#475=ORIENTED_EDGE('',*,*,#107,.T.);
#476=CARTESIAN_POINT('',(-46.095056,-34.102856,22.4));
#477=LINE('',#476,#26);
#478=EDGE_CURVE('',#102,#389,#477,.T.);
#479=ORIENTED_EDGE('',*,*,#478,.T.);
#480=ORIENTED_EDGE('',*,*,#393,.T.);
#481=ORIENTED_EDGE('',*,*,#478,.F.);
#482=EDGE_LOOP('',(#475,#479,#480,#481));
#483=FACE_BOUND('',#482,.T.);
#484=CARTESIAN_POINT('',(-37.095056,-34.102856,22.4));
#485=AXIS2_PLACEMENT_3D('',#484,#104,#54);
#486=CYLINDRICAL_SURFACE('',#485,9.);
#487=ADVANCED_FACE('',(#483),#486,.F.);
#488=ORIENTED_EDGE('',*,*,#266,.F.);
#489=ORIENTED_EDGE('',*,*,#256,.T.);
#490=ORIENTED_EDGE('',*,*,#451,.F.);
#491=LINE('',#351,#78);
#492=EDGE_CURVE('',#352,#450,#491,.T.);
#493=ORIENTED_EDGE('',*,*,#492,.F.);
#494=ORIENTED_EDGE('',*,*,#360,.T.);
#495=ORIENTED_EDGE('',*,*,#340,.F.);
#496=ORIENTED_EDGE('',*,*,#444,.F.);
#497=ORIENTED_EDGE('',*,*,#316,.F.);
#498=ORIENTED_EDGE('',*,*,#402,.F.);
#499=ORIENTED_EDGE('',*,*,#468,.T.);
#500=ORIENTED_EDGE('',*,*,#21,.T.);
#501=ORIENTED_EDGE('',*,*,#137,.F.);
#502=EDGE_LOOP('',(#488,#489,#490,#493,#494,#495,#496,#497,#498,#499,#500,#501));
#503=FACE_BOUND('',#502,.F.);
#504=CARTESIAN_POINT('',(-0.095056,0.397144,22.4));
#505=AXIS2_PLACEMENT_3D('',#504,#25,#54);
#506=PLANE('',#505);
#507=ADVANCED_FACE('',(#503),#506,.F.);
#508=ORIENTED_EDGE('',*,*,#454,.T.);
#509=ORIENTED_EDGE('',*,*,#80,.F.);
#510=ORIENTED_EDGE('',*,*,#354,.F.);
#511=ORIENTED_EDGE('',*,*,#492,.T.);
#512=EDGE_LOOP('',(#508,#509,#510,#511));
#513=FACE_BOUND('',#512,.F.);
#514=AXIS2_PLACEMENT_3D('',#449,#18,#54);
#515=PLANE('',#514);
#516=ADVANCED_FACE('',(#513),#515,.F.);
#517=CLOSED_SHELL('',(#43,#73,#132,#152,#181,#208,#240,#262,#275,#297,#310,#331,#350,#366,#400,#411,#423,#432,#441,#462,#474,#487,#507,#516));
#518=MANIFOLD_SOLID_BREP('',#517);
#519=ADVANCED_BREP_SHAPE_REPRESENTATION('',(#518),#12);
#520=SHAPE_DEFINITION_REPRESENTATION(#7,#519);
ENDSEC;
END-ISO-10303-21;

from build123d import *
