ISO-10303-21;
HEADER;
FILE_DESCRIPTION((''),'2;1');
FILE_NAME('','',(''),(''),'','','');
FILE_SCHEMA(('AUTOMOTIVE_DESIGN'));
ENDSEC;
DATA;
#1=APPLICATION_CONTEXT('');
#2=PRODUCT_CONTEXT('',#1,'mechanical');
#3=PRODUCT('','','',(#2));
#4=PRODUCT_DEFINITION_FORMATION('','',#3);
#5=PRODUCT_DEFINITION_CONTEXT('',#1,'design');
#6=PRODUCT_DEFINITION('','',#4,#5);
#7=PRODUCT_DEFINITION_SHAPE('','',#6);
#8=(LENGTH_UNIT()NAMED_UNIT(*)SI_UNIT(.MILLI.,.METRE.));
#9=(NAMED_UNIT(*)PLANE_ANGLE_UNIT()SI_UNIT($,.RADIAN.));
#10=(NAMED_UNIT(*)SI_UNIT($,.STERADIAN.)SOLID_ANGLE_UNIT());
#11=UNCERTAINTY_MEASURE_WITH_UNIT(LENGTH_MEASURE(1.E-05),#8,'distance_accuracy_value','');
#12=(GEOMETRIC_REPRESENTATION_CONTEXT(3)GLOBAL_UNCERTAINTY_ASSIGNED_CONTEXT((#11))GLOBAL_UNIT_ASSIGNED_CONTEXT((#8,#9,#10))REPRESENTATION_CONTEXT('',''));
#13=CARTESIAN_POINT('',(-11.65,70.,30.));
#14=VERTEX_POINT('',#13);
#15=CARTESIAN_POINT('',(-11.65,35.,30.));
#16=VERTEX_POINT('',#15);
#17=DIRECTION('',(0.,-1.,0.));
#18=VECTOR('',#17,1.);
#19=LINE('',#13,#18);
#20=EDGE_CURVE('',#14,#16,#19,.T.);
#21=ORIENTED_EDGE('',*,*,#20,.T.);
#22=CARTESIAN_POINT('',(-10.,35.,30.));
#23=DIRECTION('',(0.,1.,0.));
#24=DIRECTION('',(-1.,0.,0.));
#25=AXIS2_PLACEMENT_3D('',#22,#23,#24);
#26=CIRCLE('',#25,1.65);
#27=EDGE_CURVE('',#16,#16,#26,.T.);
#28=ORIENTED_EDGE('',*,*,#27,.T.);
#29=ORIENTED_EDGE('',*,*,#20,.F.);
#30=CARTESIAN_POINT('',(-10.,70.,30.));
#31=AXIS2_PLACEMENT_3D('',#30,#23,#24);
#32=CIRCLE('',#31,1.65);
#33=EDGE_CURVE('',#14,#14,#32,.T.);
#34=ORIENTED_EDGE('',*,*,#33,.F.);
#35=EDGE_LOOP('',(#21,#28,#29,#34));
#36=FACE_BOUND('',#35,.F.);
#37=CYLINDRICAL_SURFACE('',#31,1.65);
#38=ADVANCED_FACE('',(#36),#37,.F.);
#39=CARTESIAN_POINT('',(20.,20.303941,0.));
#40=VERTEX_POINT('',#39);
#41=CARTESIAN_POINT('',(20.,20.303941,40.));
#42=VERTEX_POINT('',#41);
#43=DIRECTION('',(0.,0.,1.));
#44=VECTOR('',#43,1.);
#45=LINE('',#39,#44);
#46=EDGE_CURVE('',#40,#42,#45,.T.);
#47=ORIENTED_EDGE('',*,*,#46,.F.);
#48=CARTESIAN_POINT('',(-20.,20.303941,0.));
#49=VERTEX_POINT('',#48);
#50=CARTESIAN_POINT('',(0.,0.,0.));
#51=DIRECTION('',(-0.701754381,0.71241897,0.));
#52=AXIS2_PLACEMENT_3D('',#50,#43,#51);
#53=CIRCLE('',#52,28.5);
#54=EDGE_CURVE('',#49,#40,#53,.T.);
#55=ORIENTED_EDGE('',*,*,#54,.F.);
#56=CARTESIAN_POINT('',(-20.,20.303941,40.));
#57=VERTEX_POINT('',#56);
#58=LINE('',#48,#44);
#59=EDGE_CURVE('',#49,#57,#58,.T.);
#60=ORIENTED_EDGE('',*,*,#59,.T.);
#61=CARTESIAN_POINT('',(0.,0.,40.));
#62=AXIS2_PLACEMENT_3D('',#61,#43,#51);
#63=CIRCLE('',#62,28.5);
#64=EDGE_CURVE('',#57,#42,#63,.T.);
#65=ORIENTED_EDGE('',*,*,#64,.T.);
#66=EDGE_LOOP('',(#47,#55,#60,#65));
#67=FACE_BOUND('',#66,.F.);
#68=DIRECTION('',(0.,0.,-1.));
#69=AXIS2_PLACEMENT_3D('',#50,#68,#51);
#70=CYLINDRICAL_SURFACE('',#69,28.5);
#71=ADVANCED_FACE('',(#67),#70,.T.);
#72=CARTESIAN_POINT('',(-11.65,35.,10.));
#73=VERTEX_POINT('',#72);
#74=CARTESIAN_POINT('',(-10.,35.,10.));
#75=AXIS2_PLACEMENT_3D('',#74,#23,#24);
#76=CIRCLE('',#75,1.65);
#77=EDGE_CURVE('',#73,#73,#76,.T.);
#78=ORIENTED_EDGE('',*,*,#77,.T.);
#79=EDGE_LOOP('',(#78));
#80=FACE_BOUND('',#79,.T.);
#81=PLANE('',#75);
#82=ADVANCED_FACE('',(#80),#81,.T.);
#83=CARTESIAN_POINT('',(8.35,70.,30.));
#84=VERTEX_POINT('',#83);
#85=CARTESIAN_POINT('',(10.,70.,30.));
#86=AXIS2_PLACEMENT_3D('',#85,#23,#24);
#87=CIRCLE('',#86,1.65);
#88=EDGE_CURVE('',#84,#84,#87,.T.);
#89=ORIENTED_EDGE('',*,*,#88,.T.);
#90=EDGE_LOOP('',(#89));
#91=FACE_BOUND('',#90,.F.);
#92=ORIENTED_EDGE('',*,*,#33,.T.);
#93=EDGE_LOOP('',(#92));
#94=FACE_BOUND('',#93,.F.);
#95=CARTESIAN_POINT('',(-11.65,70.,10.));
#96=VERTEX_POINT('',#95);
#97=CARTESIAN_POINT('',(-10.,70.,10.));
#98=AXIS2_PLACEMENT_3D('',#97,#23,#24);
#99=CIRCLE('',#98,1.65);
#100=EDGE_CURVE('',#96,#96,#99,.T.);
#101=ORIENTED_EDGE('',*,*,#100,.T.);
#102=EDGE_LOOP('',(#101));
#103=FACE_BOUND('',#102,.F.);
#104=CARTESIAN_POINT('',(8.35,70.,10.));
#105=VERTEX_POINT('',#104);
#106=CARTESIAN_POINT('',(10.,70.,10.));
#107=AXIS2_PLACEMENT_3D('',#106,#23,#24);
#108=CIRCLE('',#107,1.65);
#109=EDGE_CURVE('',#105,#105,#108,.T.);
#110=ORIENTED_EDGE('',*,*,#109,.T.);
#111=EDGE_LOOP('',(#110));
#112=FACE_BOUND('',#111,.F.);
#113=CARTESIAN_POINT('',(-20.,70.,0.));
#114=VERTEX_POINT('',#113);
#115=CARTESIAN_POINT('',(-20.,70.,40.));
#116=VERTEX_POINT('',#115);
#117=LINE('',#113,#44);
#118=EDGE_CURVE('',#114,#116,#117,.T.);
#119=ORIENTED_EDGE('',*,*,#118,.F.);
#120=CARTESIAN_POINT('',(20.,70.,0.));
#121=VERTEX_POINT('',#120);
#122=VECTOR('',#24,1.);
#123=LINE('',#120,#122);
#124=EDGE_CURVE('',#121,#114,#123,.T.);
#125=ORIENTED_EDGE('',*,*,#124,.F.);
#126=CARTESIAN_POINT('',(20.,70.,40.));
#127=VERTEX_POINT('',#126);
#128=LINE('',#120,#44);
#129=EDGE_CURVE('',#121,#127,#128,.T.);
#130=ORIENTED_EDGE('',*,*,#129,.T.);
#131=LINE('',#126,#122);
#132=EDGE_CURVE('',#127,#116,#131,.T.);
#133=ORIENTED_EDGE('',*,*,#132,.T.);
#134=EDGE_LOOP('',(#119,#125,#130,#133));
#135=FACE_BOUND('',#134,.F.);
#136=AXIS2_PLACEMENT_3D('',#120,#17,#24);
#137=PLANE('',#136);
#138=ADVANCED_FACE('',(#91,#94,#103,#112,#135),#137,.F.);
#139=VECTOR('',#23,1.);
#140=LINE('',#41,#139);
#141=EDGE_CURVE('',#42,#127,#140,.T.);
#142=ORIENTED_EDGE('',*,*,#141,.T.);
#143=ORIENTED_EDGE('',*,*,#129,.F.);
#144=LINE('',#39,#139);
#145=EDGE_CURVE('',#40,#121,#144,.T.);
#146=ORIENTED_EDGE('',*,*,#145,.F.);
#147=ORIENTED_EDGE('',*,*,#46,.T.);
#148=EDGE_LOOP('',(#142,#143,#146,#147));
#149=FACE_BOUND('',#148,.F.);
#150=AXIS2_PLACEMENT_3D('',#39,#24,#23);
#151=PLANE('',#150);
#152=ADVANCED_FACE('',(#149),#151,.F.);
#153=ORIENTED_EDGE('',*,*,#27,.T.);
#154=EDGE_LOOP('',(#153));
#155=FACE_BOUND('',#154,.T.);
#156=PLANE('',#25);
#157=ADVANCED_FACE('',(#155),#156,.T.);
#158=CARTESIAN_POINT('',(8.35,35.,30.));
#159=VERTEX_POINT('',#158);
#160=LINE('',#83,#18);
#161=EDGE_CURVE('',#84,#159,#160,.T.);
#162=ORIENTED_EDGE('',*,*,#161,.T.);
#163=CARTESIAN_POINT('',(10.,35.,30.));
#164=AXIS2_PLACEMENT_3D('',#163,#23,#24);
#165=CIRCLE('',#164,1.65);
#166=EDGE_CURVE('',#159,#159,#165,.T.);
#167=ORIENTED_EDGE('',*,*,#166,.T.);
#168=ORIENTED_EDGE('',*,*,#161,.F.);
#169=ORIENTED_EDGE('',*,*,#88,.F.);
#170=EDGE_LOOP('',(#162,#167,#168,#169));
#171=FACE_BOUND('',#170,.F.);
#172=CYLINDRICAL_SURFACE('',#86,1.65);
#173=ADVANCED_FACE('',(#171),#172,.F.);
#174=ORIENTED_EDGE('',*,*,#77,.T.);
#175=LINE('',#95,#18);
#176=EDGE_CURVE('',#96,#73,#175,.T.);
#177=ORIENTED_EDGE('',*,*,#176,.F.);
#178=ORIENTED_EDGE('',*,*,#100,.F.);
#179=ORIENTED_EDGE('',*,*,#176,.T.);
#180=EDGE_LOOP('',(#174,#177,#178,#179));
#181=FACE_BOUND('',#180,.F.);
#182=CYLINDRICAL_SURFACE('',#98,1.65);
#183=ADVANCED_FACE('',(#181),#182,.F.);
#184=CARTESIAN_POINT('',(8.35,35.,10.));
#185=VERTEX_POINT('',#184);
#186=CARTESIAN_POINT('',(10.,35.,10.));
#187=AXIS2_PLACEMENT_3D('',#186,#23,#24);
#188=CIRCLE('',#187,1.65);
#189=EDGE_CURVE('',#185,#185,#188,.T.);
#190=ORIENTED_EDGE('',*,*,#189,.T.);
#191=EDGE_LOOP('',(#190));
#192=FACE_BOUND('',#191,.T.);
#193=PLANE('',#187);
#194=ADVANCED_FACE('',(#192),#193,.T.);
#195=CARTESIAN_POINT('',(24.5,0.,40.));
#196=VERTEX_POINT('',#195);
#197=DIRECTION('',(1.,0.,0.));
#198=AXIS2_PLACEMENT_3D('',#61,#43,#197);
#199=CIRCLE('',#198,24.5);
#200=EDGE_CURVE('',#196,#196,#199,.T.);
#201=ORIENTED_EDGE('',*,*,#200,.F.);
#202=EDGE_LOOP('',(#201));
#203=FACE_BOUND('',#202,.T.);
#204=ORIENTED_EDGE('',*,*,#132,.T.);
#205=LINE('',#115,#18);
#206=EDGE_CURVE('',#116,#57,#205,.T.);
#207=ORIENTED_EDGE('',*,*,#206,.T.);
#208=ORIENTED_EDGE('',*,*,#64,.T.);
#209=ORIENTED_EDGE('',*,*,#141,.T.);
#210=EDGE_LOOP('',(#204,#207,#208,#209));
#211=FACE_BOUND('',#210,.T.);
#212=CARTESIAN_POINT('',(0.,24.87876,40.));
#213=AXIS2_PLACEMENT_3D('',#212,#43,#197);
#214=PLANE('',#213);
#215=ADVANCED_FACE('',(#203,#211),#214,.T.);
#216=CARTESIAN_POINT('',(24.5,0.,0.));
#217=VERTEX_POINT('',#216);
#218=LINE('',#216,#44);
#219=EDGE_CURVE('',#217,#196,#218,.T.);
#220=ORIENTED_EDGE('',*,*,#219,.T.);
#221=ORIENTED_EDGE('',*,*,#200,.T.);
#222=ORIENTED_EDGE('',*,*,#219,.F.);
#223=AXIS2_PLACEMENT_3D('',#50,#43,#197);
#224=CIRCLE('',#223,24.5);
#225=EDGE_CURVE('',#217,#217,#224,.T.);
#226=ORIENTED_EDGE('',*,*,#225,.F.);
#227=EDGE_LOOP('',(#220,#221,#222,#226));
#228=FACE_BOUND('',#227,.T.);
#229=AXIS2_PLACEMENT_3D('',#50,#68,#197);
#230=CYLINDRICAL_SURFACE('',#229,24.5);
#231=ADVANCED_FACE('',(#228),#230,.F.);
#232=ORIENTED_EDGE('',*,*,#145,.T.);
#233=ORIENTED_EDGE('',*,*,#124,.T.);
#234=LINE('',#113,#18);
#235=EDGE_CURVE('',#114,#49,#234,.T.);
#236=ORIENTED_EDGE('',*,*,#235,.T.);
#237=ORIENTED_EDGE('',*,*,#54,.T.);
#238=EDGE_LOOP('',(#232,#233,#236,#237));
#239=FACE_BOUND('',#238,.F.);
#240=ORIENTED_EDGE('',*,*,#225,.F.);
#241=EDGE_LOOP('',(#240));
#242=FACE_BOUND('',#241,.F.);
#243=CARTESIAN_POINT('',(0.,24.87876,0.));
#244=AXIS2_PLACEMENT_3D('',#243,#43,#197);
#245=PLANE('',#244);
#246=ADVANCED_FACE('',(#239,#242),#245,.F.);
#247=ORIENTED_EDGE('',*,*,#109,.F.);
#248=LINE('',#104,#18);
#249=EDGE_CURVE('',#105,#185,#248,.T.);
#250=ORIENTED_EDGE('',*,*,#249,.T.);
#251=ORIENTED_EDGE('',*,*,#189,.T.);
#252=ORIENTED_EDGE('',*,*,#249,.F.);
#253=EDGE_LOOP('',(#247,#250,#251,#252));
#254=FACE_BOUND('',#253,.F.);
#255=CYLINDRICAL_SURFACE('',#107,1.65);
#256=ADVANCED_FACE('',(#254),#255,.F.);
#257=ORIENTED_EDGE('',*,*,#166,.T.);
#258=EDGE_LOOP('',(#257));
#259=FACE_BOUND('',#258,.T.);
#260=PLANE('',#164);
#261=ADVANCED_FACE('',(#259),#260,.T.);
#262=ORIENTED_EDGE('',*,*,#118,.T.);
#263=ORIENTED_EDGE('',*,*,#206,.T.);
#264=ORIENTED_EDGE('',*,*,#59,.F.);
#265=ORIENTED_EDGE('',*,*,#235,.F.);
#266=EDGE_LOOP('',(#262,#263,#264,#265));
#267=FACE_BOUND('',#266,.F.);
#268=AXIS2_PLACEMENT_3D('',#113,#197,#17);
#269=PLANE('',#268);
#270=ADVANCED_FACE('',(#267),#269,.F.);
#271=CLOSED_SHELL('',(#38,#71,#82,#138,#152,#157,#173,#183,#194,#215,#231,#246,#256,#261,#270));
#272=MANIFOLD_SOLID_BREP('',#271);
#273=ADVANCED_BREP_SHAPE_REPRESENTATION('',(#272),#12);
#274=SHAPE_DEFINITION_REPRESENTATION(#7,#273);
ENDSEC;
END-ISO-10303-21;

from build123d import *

# Parameters (mm, degrees)
F0_R     = 24.5
F1_DEPTH = 40
F2_R     = 1.65
F3_DEPTH = 35


with BuildPart() as f1:
    # F0 (on Top) → F1 (new body)
    with BuildSketch(Plane.XY):
        with BuildLine():
            Line((20, 70), (-20, 70))
            Line((-20, 70), (-20, 20.303941))
            ThreePointArc((-20, 20.303941), (0, -28.5), (20, 20.303941))
            Line((20, 20.303941), (20, 70))
        make_face()
        Circle(F0_R, mode=Mode.SUBTRACT)
    extrude(amount=F1_DEPTH)

    # F2 (on face) → F3 (cut)
    with BuildSketch(Plane(origin=(0, 70, 0), x_dir=(-1, 0, 0), z_dir=(0, 1, 0))):
        with Locations((-10, 30)):
            Circle(F2_R)
        with Locations((10, 30)):
            Circle(F2_R)
        with Locations((10, 10)):
            Circle(F2_R)
        with Locations((-10, 10)):
            Circle(F2_R)
    extrude(amount=-F3_DEPTH, mode=Mode.SUBTRACT)


solid = f1.part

_EXERCISE_
Copy only this part of the entries above: the line with "#506=PLANE('',#505);", the line with "#515=PLANE('',#514);", and the lines between, all exactly as written.

_OUTPUT OF THE EXERCISE_
#506=PLANE('',#505);
#507=ADVANCED_FACE('',(#503),#506,.F.);
#508=ORIENTED_EDGE('',*,*,#454,.T.);
#509=ORIENTED_EDGE('',*,*,#80,.F.);
#510=ORIENTED_EDGE('',*,*,#354,.F.);
#511=ORIENTED_EDGE('',*,*,#492,.T.);
#512=EDGE_LOOP('',(#508,#509,#510,#511));
#513=FACE_BOUND('',#512,.F.);
#514=AXIS2_PLACEMENT_3D('',#449,#18,#54);
#515=PLANE('',#514);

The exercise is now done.